_Problem description_.
Copy the lines exactly as they appear, starting with the first line of the records and ending with the line that contains "# FreeCAD 1.0 macro for this part".

_Provided data_.
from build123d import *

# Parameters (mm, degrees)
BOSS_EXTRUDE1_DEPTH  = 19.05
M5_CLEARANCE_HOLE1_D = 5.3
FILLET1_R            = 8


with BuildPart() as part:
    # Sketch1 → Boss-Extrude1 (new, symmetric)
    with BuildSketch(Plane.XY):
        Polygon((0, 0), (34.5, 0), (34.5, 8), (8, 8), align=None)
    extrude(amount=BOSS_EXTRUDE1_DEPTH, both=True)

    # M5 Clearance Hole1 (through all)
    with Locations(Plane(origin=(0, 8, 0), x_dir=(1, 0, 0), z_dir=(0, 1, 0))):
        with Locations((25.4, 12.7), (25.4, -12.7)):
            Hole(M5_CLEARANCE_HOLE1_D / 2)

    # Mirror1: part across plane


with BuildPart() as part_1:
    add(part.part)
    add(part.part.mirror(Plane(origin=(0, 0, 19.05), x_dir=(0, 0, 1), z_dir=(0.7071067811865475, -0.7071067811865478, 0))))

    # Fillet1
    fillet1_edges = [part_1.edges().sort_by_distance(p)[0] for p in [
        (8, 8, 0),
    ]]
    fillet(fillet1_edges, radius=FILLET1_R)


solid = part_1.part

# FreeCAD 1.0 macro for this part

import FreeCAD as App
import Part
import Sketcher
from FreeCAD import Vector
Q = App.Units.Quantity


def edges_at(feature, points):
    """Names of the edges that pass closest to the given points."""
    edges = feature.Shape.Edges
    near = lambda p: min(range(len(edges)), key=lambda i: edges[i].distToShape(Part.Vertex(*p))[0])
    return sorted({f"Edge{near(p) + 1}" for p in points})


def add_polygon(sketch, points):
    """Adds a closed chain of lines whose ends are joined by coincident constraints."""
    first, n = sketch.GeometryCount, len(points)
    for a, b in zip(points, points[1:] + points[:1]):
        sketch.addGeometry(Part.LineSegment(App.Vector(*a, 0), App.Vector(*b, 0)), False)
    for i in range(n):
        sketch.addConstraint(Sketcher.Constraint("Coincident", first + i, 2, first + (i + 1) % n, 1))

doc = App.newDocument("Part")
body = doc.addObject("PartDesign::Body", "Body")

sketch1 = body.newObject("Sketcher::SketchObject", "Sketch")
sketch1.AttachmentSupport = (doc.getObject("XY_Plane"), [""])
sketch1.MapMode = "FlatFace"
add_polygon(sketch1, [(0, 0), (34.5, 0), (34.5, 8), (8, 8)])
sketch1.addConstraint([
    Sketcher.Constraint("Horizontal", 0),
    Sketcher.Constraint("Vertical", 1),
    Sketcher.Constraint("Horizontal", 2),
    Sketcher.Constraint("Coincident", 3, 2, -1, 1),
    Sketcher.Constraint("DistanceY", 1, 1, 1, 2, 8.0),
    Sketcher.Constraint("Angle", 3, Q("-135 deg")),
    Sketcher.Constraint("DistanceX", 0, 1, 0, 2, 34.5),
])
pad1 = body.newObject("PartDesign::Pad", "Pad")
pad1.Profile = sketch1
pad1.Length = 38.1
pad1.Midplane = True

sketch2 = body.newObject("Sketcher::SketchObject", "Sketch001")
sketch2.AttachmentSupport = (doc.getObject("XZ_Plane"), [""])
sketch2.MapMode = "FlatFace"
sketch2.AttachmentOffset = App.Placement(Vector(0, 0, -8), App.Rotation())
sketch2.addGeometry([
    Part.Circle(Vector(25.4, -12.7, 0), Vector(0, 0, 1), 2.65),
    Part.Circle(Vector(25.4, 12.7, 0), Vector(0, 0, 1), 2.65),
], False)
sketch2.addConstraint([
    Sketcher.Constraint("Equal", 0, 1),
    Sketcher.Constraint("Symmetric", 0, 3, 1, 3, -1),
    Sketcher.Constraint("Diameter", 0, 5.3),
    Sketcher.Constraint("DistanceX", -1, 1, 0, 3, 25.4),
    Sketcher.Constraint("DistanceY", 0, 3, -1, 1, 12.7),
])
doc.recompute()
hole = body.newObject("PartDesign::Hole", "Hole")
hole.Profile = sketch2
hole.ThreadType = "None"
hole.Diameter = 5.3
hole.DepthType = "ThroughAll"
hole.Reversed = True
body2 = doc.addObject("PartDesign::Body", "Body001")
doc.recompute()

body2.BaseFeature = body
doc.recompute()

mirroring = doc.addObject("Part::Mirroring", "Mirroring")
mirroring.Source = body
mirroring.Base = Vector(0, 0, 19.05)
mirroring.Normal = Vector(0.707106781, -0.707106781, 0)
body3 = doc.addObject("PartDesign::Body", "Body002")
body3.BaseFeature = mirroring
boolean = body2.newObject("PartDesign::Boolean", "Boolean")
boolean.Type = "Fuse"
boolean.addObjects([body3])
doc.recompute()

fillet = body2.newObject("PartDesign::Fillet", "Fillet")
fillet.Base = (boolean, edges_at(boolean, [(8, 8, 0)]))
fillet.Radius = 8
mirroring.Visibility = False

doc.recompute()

_Problem solution_.
from build123d import *

# Parameters (mm, degrees)
BOSS_EXTRUDE1_DEPTH  = 19.05
M5_CLEARANCE_HOLE1_D = 5.3
FILLET1_R            = 8


with BuildPart() as part:
    # Sketch1 → Boss-Extrude1 (new, symmetric)
    with BuildSketch(Plane.XY):
        Polygon((0, 0), (34.5, 0), (34.5, 8), (8, 8), align=None)
    extrude(amount=BOSS_EXTRUDE1_DEPTH, both=True)

    # M5 Clearance Hole1 (through all)
    with Locations(Plane(origin=(0, 8, 0), x_dir=(1, 0, 0), z_dir=(0, 1, 0))):
        with Locations((25.4, 12.7), (25.4, -12.7)):
            Hole(M5_CLEARANCE_HOLE1_D / 2)

    # Mirror1: part across plane


with BuildPart() as part_1:
    add(part.part)
    add(part.part.mirror(Plane(origin=(0, 0, 19.05), x_dir=(0, 0, 1), z_dir=(0.7071067811865475, -0.7071067811865478, 0))))

    # Fillet1
    fillet1_edges = [part_1.edges().sort_by_distance(p)[0] for p in [
        (8, 8, 0),
    ]]
    fillet(fillet1_edges, radius=FILLET1_R)


solid = part_1.part

# FreeCAD 1.0 macro for this part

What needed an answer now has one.